- Directed by: Joey Travolta
- Written by: Richard Cohen Daniel Sarokin
- Starring: Ernest Borgnine Julie Hagerty Greg Evigan
- Cinematography: Brian Conley
- Edited by: Joey Travolta Will Wuorinen
- Music by: Chris White
- Release date: March 10, 2000;
- Running time: 92 minutes
- Country: United States
- Language: English

= Everyone Loves Mel =

Everyone Loves Mel also known simply as Mel is a 2000 American family fantasy film directed by Joey Travolta, starring Ernest Borgnine, Julie Hagerty and Greg Evigan.

==Plot==
Bonnie and Peter are working on their marriage while dealing with a difficult teen-aged son. Her father takes the boys (Roger and Travis) in for the summer at his farm. It is apparent early on that he's fighting with developers that want his land while he wants to preserve his family's legacy. The developers had taken over a prior farm and turned it into an amusement park, something that Grandpa does not approve of. The boys explore as children will and find their grandfather is harboring a large turtle-like creature called Mel. Mel is a legend of local Swanson Lake and is known as Swannie to the general populace (similar to "Nessie"). The boys' adjustment to their life in the small town is helped by getting to know him. While going around with a girl (Susie) one day, Roger (the elder boy) accidentally causes an explosion on the developer's property with his grandfather's tractor. When the sheriff comes by to arrest Grandpa, Roger tells them he was the one who caused the wreck but they still put Grandpa in jail. Bonnie and Peter (the boys' parents) come to stay at the farm when Grandpa is jailed.

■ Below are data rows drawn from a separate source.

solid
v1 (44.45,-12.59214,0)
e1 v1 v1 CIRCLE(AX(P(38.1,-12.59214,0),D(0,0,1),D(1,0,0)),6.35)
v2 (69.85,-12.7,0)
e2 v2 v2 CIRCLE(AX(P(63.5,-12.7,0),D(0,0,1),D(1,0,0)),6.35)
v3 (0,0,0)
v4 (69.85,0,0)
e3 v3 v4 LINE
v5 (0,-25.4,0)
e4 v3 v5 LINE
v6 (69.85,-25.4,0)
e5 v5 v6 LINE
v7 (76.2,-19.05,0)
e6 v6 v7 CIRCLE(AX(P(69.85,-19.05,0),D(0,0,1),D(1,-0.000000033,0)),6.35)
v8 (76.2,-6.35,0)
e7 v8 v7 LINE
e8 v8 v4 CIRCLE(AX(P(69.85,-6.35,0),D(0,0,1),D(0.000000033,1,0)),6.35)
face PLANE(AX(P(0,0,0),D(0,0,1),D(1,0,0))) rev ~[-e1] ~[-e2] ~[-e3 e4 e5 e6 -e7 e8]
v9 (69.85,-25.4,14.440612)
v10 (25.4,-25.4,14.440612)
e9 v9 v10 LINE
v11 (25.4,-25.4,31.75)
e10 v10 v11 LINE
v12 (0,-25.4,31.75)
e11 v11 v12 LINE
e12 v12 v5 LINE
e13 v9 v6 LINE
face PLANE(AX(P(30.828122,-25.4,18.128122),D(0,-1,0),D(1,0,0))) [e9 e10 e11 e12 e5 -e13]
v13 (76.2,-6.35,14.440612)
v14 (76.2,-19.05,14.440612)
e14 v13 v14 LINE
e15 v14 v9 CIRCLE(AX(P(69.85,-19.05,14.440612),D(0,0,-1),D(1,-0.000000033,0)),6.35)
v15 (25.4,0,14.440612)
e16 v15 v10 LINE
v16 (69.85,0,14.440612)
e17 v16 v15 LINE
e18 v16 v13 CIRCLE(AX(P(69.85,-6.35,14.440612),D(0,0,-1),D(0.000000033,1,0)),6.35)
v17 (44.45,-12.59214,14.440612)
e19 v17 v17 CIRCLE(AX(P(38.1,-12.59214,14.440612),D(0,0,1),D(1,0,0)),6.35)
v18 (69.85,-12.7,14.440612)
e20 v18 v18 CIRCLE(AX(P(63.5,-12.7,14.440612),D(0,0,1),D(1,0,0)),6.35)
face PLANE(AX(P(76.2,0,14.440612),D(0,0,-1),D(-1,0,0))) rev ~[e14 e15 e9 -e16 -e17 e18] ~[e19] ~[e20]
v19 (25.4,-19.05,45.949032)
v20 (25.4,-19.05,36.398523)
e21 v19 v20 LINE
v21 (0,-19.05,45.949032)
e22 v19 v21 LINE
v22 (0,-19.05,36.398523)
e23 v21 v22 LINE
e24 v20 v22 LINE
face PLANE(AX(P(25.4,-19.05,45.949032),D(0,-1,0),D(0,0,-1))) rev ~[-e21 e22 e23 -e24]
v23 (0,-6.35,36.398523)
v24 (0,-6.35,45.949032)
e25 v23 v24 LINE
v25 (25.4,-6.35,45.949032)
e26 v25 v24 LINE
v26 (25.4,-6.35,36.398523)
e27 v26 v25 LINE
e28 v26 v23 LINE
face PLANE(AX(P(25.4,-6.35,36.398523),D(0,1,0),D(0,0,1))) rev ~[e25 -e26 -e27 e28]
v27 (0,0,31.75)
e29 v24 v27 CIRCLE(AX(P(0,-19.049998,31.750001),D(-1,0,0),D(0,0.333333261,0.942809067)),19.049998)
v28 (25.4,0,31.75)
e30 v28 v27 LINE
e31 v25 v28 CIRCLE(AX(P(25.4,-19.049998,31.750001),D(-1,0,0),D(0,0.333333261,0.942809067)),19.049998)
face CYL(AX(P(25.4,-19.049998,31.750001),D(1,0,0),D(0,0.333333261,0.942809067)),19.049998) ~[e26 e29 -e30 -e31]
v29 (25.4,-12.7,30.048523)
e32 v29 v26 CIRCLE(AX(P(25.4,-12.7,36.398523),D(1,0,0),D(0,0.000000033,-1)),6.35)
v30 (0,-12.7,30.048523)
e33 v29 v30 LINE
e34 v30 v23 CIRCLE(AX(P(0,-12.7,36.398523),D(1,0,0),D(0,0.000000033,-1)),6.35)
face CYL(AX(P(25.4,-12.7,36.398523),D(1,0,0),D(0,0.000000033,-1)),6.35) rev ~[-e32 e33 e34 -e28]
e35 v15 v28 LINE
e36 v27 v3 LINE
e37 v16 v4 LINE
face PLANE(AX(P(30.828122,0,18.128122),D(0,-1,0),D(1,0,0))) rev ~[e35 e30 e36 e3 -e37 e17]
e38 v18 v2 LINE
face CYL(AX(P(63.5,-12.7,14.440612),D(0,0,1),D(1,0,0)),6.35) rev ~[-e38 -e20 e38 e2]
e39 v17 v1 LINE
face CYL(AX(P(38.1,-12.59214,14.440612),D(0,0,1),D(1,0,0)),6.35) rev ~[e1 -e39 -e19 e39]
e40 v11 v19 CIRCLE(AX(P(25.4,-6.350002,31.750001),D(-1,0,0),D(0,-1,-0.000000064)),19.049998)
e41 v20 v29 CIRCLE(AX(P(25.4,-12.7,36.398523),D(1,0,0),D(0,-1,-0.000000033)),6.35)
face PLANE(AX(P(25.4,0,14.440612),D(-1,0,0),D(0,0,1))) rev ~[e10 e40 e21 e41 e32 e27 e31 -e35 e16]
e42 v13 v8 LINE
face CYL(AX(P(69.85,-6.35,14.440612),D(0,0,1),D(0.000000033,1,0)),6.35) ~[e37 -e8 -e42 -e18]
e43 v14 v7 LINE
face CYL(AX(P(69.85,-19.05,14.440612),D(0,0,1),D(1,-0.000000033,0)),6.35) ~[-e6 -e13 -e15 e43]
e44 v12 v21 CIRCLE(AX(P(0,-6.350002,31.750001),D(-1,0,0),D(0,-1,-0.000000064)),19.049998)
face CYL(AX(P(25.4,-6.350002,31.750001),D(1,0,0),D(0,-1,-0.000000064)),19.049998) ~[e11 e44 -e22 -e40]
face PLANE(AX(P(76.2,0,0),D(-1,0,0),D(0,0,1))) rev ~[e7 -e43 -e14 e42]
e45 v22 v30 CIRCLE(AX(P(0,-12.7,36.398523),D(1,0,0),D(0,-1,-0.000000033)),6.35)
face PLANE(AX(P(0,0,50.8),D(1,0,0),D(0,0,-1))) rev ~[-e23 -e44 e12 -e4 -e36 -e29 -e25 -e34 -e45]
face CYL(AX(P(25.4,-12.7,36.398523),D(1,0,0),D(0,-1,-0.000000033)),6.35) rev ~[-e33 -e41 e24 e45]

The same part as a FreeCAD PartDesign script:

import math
import FreeCAD as App
import Part
import Sketcher
from FreeCAD import Vector
Q = App.Units.Quantity


def add_polygon(sketch, points):
    """Adds a closed chain of lines whose ends are joined by coincident constraints."""
    first, n = sketch.GeometryCount, len(points)
    for a, b in zip(points, points[1:] + points[:1]):
        sketch.addGeometry(Part.LineSegment(App.Vector(*a, 0), App.Vector(*b, 0)), False)
    for i in range(n):
        sketch.addConstraint(Sketcher.Constraint("Coincident", first + i, 2, first + (i + 1) % n, 1))

doc = App.newDocument("Part")
body = doc.addObject("PartDesign::Body", "Body")

# Sketch on XZ plane
sketch1 = body.newObject("Sketcher::SketchObject", "Sketch")
sketch1.AttachmentSupport = (doc.getObject("XZ_Plane"), [""])
sketch1.MapMode = "FlatFace"
add_polygon(sketch1, [(0, 51), (0, 0), (76, 0), (76, 14), (25, 14), (25, 51)])  # lines 0-5
sketch1.addConstraint([
    Sketcher.Constraint("Vertical", 0),
    Sketcher.Constraint("Horizontal", 1),
    Sketcher.Constraint("Vertical", 2),
    Sketcher.Constraint("Horizontal", 3),
    Sketcher.Constraint("Vertical", 4),
    Sketcher.Constraint("Horizontal", 5),
    Sketcher.Constraint("Coincident", 0, 2, -1, 1),
    Sketcher.Constraint("Equal", 3, 0),
    Sketcher.Constraint("DistanceX", 1, 1, 1, 2, Q("3 in")),
    Sketcher.Constraint("DistanceX", 3, 2, 3, 1, Q("2 in")),
    Sketcher.Constraint("DistanceY", 2, 1, 2, 2, Q("14.440612 mm")),
])
pad1 = body.newObject("PartDesign::Pad", "Pad")
pad1.Profile = sketch1
pad1.Length = Q("1 in")

# Sketch on YZ plane
sketch2 = body.newObject("Sketcher::SketchObject", "Sketch001")
sketch2.AttachmentSupport = (doc.getObject("YZ_Plane"), [""])
sketch2.MapMode = "FlatFace"
sketch2.AttachmentOffset = App.Placement(Vector(0, 0, 1 * 25.4), App.Rotation())
sketch2.addGeometry([
    Part.LineSegment(Vector(-25, 51, 0), Vector(-25, 32, 0)),  # 0
    Part.ArcOfCircle(Part.Circle(Vector(-6, 32, 0), Vector(0, 0, 1), 19), math.radians(109), math.radians(180)),  # 1
    Part.ArcOfCircle(Part.Circle(Vector(-19, 32, 0), Vector(0, 0, 1), 19), math.radians(0), math.radians(71)),  # 2
    Part.LineSegment(Vector(0, 32, 0), Vector(0, 51, 0)),  # 3
    Part.LineSegment(Vector(0, 51, 0), Vector(-25, 51, 0)),  # 4
], False)
sketch2.addConstraint([
    Sketcher.Constraint("Tangent", 0, 2, 1, 2),
    Sketcher.Constraint("Coincident", 1, 1, 2, 2),
    Sketcher.Constraint("Tangent", 2, 1, 3, 1),
    Sketcher.Constraint("Coincident", 3, 2, 4, 1),
    Sketcher.Constraint("Coincident", 4, 2, 0, 1),
    Sketcher.Constraint("Vertical", 0),
    Sketcher.Constraint("Vertical", 3),
    Sketcher.Constraint("Horizontal", 4),
    Sketcher.Constraint("Equal", 1, 2),
    Sketcher.Constraint("PointOnObject", 2, 1, -2),
    Sketcher.Constraint("Horizontal", 1, 3, 2, 3),
    Sketcher.Constraint("DistanceX", 4, 2, 4, 1, Q("1 in")),
    Sketcher.Constraint("Radius", 1, Q("0.7499999 in")),
    Sketcher.Constraint("DistanceY", -1, 1, 3, 2, Q("2 in")),
    Sketcher.Constraint("DistanceY", 0, 2, 0, 1, Q("0.75 in")),
])
pocket1 = body.newObject("PartDesign::Pocket", "Pocket")
pocket1.Profile = sketch2
pocket1.Length = Q("1 in")

# Sketch on YZ plane
sketch3 = body.newObject("Sketcher::SketchObject", "Sketch002")
sketch3.AttachmentSupport = (doc.getObject("YZ_Plane"), [""])
sketch3.MapMode = "FlatFace"
sketch3.AttachmentOffset = App.Placement(Vector(0, 0, 1 * 25.4), App.Rotation())
sketch3.addGeometry([
    Part.ArcOfCircle(Part.Circle(Vector(-6, 32, 0), Vector(0, 0, 1), 19), math.radians(109), math.radians(132)),  # 0
    Part.LineSegment(Vector(-19, 46, 0), Vector(-19, 36, 0)),  # 1
    Part.ArcOfCircle(Part.Circle(Vector(-13, 36, 0), Vector(0, 0, 1), 6), math.radians(-180), math.radians(-90)),  # 2
    Part.ArcOfCircle(Part.Circle(Vector(-13, 36, 0), Vector(0, 0, 1), 6), math.radians(-90), math.radians(0)),  # 3
    Part.LineSegment(Vector(-6, 36, 0), Vector(-6, 46, 0)),  # 4
    Part.ArcOfCircle(Part.Circle(Vector(-19, 32, 0), Vector(0, 0, 1), 19), math.radians(48), math.radians(71)),  # 5
], False)
sketch3.addConstraint([
    Sketcher.Constraint("Coincident", 0, 2, 1, 1),
    Sketcher.Constraint("Tangent", 1, 2, 2, 1),
    Sketcher.Constraint("Tangent", 2, 2, 3, 1),
    Sketcher.Constraint("Tangent", 3, 2, 4, 1),
    Sketcher.Constraint("Coincident", 4, 2, 5, 1),
    Sketcher.Constraint("Coincident", 5, 2, 0, 1),
    Sketcher.Constraint("Vertical", 1),
    Sketcher.Constraint("Vertical", 4),
    Sketcher.Constraint("Equal", 2, 3),
    Sketcher.Constraint("Equal", 0, 5),
    Sketcher.Constraint("Horizontal", 0, 3, 5, 3),
    Sketcher.Constraint("Horizontal", 0, 2, 4, 2),
    Sketcher.Constraint("Vertical", 3, 3, 2, 2),
    Sketcher.Constraint("Radius", 2, Q("0.25 in")),
    Sketcher.Constraint("DistanceX", 2, 3, -1, 1, Q("0.5 in")),
    Sketcher.Constraint("Radius", 0, Q("19.049971 mm")),
    Sketcher.Constraint("DistanceY", 1, 2, 1, 1, Q("9.550509 mm")),
    Sketcher.Constraint("DistanceY", 0, 3, 2, 3, Q("4.648498 mm")),
    Sketcher.Constraint("DistanceY", -1, 1, 0, 3, Q("31.750025 mm")),
])
pocket2 = body.newObject("PartDesign::Pocket", "Pocket001")
pocket2.Profile = sketch3
pocket2.Length = Q("1 in")

# Sketch on XY plane
sketch4 = body.newObject("Sketcher::SketchObject", "Sketch003")
sketch4.AttachmentSupport = (doc.getObject("XY_Plane"), [""])
sketch4.MapMode = "FlatFace"
sketch4.AttachmentOffset = App.Placement(Vector(0, 0, 14.440612), App.Rotation())
sketch4.addGeometry([
    Part.Circle(Vector(38, -13, 0), Vector(0, 0, 1), 6),
    Part.Circle(Vector(64, -13, 0), Vector(0, 0, 1), 6),
], False)
sketch4.addConstraint([
    Sketcher.Constraint("Equal", 0, 1),
    Sketcher.Constraint("Diameter", 0, Q("0.5 in")),
    Sketcher.Constraint("DistanceX", 0, 3, 1, 3, Q("1 in")),
    Sketcher.Constraint("DistanceX", -1, 1, 0, 3, Q("1.5 in")),
    Sketcher.Constraint("DistanceY", 1, 3, -1, 1, Q("0.5 in")),
    Sketcher.Constraint("DistanceY", 0, 3, -1, 1, Q("12.59214 mm")),
])
pocket3 = body.newObject("PartDesign::Pocket", "Pocket002")
pocket3.Profile = sketch4
pocket3.Length = Q("1 in")

# Sketch on XY plane
sketch5 = body.newObject("Sketcher::SketchObject", "Sketch004")
sketch5.AttachmentSupport = (doc.getObject("XY_Plane"), [""])
sketch5.MapMode = "FlatFace"
sketch5.AttachmentOffset = App.Placement(Vector(0, 0, 14.440612), App.Rotation())
sketch5.addGeometry([
    Part.Circle(Vector(38, -13, 0), Vector(0, 0, 1), 6),  # 0
    Part.Circle(Vector(64, -13, 0), Vector(0, 0, 1), 6),  # 1
    Part.LineSegment(Vector(76, 0, 0), Vector(70, 0, 0)),  # 2
    Part.ArcOfCircle(Part.Circle(Vector(70, -6, 0), Vector(0, 0, 1), 6), math.radians(0), math.radians(90)),  # 3
    Part.LineSegment(Vector(76, -6, 0), Vector(76, 0, 0)),  # 4
    Part.ArcOfCircle(Part.Circle(Vector(70, -19, 0), Vector(0, 0, 1), 6), math.radians(-90), math.radians(0)),  # 5
    Part.LineSegment(Vector(70, -25, 0), Vector(76, -25, 0)),  # 6
    Part.LineSegment(Vector(76, -25, 0), Vector(76, -19, 0)),  # 7
], False)
sketch5.addConstraint([
    Sketcher.Constraint("Tangent", 2, 2, 3, 2),
    Sketcher.Constraint("Tangent", 3, 1, 4, 1),
    Sketcher.Constraint("Coincident", 4, 2, 2, 1),
    Sketcher.Constraint("Tangent", 5, 1, 6, 1),
    Sketcher.Constraint("Coincident", 6, 2, 7, 1),
    Sketcher.Constraint("Tangent", 7, 2, 5, 2),
    Sketcher.Constraint("Horizontal", 2),
    Sketcher.Constraint("Vertical", 4),
    Sketcher.Constraint("Horizontal", 6),
    Sketcher.Constraint("Vertical", 7),
    Sketcher.Constraint("Equal", 0, 1),
    Sketcher.Constraint("Equal", 1, 3),
    Sketcher.Constraint("Equal", 3, 5),
    Sketcher.Constraint("PointOnObject", 2, 2, -1),
    Sketcher.Constraint("Vertical", 3, 3, 5, 3),
    Sketcher.Constraint("Diameter", 0, Q("0.5 in")),
    Sketcher.Constraint("DistanceX", -1, 1, 3, 1, Q("3 in")),
    Sketcher.Constraint("DistanceY", 5, 1, -1, 1, Q("1 in")),
    Sketcher.Constraint("DistanceX", 0, 3, 1, 3, Q("1 in")),
    Sketcher.Constraint("DistanceX", -1, 1, 0, 3, Q("1.5 in")),
    Sketcher.Constraint("DistanceY", 1, 3, -1, 1, Q("0.5 in")),
    Sketcher.Constraint("DistanceY", 0, 3, -1, 1, Q("12.59214 mm")),
])
pocket4 = body.newObject("PartDesign::Pocket", "Pocket003")
pocket4.Profile = sketch5
pocket4.Length = Q("1 in")

doc.recompute()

The boys end up staging a break out for Mel from the amusement park and with the help of Susie and her brother try to get him back to the lake, setting a tiger loose and creating mayhem in the process.

==Cast==
- Ernest Borgnine as Grandpa
- Julie Hagerty as Bonnie
- Greg Evigan as Peter
- Jack Scalia as Bailey Silverwood
- Bug Hall as Travis
- Josh Paddock as Roger
- Vanessa Evigan as Susie
- Paul Sampson as Matt Henderson
- George Yager as Sheriff Edgewood
- John Green as Technician (as John Green aka Marino)
- Molly Ann Lashinsky as Debbie (as Molly Lashinsky)
- Ellen Travolta as	Dr. Vogul
- Jason Evigan as Sammy
- Christopher Wanner as Joey
- Doyle McCurley as Undercover cop

== Reception ==
A review at Dove.org stated, "This imaginative story may just make you wonder what you would do should Mel ever come into your life!" A review at Teen Ink was also appreciative of the film, "This is a movie that needs open minded people. It was a low-budget film by Joey Travolta (brother of John Travolta of Grease and Hairspray), so the effects are not very believable and it features many new actors and even some people that aren't actors in general. Like the policemen are actually the real policemen from the town they filmed in."